• [WHAT TO PRODUCE]: Across all the records, filter for lines with the word "ThreePointArc" and copy them.

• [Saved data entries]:
=== Begin Enclosure ===
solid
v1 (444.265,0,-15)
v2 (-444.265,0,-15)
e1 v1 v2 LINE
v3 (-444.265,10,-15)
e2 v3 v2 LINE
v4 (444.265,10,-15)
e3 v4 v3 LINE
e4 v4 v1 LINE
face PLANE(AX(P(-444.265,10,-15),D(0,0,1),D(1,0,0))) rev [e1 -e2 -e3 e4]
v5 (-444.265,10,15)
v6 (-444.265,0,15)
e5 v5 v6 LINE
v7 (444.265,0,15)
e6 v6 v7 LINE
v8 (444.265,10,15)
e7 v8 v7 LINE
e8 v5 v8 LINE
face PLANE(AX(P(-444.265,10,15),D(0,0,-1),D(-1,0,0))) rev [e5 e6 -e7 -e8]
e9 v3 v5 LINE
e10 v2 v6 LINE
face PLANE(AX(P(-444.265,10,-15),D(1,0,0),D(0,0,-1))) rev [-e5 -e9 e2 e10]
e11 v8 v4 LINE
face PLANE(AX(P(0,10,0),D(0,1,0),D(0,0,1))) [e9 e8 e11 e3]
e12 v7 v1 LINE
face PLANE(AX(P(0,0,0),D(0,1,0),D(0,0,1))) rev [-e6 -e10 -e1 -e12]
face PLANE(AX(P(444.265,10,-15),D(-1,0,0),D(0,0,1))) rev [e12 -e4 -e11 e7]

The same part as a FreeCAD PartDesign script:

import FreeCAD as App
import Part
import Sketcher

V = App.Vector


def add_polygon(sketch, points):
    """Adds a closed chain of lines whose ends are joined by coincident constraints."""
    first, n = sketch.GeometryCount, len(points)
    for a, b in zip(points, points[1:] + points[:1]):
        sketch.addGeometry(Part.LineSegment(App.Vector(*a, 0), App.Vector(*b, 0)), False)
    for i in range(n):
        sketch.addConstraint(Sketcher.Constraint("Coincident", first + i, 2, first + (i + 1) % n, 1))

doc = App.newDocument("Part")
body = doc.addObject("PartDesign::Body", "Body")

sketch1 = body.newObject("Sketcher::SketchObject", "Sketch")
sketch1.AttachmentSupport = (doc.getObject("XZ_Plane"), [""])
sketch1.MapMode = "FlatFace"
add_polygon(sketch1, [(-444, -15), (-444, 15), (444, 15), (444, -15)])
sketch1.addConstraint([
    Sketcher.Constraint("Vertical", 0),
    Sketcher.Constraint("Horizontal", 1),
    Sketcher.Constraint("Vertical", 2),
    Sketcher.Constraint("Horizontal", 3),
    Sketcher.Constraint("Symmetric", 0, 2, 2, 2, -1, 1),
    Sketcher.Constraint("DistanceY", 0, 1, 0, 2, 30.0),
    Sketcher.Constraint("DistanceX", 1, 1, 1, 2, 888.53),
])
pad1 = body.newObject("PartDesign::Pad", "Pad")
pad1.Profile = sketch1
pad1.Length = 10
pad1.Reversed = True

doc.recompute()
=== End Enclosure ===
=== Begin Enclosure ===
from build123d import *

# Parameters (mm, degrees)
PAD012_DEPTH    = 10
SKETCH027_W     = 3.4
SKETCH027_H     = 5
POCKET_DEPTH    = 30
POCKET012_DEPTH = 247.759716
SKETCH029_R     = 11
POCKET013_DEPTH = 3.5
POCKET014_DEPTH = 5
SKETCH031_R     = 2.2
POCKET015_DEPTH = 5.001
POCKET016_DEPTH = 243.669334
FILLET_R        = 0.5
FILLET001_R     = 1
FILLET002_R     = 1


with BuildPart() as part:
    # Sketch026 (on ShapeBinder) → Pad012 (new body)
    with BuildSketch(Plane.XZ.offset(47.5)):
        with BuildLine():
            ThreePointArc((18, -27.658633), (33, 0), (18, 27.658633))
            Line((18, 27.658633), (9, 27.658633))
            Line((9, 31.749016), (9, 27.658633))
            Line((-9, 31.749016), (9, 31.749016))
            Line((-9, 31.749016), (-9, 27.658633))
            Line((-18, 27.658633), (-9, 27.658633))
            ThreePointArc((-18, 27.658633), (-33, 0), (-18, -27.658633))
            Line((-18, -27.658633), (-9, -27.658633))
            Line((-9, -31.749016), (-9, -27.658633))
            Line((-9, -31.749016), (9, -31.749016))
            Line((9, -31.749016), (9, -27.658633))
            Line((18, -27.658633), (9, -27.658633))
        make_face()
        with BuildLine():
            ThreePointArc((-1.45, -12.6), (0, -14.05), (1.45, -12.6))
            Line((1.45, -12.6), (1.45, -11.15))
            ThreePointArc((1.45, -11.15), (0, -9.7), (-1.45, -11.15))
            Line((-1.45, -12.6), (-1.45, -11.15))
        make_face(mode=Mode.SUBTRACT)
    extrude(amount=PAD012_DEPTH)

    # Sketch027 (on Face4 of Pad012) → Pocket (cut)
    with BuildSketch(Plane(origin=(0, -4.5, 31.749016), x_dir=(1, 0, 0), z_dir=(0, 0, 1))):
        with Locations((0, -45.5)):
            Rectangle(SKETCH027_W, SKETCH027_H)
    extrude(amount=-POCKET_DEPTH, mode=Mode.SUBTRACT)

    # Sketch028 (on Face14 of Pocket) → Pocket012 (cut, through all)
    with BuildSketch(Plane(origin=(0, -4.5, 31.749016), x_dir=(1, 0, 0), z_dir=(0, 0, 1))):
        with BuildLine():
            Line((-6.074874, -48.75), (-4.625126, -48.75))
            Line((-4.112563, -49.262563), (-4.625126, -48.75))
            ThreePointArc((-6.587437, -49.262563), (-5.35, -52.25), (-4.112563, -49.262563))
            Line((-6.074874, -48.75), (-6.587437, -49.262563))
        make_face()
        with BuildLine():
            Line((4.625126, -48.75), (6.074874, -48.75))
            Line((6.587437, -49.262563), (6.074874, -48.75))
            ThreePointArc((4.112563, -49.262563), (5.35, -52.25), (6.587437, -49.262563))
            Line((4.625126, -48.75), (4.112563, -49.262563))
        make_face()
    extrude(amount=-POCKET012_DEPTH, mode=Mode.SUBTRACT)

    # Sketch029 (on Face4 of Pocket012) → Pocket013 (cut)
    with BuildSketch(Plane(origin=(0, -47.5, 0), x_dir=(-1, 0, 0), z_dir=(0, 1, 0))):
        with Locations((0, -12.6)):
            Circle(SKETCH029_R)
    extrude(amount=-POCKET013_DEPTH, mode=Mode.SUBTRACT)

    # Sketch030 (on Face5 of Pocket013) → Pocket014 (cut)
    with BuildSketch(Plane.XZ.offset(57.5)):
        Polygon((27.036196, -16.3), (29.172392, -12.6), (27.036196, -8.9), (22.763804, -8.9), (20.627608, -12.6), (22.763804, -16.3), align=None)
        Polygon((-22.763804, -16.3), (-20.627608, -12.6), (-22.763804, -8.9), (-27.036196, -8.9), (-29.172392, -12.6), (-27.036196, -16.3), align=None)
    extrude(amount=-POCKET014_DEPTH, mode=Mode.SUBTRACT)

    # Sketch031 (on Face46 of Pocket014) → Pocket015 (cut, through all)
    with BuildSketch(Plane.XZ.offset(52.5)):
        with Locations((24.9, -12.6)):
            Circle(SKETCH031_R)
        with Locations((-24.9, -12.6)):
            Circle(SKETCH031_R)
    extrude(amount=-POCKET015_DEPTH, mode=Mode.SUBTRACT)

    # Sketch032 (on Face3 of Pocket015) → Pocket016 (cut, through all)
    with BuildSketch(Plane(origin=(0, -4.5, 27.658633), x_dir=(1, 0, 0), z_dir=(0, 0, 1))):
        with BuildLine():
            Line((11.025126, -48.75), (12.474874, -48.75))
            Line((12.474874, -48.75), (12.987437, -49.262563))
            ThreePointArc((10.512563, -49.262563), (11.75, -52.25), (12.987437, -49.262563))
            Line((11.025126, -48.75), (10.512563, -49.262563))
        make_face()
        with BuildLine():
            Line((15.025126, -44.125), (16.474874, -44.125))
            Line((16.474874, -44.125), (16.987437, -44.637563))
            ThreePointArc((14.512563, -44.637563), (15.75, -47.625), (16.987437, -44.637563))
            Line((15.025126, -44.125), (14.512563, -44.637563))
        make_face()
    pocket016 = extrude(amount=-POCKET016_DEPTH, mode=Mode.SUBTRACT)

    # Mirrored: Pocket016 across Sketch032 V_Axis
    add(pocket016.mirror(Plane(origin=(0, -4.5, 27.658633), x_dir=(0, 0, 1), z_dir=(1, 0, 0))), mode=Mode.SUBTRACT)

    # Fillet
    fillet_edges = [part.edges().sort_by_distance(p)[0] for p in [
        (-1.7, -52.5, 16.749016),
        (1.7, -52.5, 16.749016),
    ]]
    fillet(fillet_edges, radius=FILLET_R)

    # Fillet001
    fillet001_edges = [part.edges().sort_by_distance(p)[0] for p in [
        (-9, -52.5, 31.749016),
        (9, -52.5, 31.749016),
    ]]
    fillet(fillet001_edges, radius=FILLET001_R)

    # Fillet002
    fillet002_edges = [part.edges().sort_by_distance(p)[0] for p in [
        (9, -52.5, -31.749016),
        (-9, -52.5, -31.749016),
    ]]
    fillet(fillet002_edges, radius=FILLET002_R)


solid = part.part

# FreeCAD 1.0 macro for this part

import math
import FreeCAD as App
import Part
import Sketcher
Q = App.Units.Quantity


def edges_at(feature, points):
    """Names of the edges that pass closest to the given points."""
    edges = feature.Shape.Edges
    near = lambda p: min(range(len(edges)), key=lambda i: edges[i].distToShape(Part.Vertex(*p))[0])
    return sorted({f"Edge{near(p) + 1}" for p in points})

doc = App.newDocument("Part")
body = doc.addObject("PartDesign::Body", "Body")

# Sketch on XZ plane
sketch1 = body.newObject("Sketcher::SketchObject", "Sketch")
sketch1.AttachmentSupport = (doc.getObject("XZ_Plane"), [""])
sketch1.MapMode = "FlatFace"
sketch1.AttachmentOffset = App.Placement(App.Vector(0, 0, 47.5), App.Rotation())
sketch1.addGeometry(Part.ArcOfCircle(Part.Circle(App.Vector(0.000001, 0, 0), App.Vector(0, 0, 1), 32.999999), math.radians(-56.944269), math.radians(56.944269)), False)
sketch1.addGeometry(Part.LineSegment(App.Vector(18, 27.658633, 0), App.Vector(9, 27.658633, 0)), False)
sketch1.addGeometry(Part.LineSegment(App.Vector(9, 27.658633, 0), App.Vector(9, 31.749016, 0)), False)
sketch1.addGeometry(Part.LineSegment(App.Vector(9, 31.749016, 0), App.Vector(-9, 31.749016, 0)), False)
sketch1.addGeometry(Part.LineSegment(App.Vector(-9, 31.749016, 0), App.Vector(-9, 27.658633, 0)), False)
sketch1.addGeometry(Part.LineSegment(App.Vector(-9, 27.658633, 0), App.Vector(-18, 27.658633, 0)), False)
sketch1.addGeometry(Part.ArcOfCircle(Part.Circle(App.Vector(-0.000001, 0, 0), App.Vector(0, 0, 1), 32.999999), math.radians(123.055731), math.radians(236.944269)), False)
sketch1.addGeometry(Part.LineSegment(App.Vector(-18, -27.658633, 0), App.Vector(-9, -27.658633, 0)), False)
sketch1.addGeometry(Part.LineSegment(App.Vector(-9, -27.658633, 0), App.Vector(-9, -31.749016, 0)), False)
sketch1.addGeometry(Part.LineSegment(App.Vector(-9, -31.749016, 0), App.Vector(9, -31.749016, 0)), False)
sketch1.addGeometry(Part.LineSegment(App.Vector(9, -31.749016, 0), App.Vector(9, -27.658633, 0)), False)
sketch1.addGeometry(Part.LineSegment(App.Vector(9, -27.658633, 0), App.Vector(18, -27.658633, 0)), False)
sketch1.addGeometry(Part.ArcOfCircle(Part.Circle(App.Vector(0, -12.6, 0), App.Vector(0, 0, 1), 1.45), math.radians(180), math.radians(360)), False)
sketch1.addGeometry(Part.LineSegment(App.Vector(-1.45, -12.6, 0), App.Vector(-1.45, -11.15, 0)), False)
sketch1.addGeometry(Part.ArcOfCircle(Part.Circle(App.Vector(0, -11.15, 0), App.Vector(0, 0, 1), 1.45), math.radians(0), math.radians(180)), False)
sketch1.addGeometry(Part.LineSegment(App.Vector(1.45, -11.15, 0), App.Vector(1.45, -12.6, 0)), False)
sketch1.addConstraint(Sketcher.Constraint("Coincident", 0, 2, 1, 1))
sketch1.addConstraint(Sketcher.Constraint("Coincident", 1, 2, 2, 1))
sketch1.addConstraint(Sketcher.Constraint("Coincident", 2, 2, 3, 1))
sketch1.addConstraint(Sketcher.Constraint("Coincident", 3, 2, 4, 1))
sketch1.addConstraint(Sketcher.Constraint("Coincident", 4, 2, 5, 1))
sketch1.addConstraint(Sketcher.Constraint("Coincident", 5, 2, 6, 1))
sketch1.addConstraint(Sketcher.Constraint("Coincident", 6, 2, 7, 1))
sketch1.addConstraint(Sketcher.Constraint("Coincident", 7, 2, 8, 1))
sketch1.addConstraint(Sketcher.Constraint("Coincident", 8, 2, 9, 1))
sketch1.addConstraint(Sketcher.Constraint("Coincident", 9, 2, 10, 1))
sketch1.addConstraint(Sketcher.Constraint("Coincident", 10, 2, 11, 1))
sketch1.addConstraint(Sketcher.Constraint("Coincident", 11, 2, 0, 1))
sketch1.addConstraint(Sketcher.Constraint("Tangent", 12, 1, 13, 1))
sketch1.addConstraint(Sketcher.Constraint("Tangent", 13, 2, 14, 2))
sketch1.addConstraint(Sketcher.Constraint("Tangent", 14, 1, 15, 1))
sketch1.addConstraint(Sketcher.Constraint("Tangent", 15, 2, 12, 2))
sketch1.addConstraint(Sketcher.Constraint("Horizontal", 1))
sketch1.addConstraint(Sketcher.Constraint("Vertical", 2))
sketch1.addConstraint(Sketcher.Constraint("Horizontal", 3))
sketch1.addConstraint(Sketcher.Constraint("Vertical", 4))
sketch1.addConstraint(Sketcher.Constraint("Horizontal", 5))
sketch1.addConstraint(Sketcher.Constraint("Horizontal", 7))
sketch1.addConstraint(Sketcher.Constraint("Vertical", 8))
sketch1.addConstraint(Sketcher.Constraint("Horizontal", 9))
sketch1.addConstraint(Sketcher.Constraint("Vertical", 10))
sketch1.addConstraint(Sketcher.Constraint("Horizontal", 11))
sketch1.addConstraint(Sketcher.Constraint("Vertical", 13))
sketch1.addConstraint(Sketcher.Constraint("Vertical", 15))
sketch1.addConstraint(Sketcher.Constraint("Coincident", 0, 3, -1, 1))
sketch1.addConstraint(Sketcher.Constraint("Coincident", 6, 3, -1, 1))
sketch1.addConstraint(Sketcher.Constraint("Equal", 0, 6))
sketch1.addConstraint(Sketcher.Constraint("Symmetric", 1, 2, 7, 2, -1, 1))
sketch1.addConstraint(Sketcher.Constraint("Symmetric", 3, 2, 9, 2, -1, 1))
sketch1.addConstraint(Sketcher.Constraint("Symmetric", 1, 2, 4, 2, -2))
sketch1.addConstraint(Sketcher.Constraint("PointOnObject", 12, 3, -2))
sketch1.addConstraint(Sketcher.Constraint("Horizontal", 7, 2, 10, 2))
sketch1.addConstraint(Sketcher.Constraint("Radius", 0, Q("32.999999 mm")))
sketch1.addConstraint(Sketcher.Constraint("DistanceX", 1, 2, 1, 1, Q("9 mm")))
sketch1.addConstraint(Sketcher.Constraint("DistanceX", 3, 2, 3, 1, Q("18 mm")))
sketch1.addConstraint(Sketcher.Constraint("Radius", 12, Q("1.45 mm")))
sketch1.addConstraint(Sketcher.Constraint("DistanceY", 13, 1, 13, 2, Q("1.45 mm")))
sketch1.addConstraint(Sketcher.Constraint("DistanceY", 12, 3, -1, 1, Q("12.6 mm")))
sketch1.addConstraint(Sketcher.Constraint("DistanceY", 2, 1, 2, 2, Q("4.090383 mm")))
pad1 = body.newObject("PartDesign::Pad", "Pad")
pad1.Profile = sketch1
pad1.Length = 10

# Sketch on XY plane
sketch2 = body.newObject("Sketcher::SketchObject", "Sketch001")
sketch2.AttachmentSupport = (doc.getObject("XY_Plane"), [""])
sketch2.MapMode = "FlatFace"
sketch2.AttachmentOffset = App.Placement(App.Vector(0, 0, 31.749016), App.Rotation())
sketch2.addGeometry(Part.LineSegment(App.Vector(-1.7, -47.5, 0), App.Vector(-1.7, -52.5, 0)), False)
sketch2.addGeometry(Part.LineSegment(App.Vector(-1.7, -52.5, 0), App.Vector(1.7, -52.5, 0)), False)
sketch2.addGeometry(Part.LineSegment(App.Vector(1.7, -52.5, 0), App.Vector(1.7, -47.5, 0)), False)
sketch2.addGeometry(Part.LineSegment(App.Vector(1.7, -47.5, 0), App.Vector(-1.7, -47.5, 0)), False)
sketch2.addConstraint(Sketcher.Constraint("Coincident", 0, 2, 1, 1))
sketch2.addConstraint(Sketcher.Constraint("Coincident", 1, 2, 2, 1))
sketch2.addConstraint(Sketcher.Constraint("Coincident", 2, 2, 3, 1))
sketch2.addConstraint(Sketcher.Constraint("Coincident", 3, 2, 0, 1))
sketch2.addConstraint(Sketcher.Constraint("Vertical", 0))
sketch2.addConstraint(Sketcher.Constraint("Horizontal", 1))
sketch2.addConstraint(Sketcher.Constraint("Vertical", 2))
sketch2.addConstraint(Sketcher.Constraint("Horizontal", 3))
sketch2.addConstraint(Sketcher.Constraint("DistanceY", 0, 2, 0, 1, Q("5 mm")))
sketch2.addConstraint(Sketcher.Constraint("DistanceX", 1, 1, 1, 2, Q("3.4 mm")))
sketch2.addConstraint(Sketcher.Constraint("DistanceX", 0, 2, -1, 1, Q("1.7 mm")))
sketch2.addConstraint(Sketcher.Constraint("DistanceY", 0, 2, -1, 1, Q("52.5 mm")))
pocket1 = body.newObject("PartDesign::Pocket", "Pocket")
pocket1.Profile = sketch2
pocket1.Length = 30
=== End Enclosure ===
• [YOUR SOLUTION]:
            ThreePointArc((18, -27.658633), (33, 0), (18, 27.658633))
            ThreePointArc((-18, 27.658633), (-33, 0), (-18, -27.658633))
            ThreePointArc((-1.45, -12.6), (0, -14.05), (1.45, -12.6))
            ThreePointArc((1.45, -11.15), (0, -9.7), (-1.45, -11.15))
            ThreePointArc((-6.587437, -49.262563), (-5.35, -52.25), (-4.112563, -49.262563))
            ThreePointArc((4.112563, -49.262563), (5.35, -52.25), (6.587437, -49.262563))
            ThreePointArc((10.512563, -49.262563), (11.75, -52.25), (12.987437, -49.262563))
            ThreePointArc((14.512563, -44.637563), (15.75, -47.625), (16.987437, -44.637563))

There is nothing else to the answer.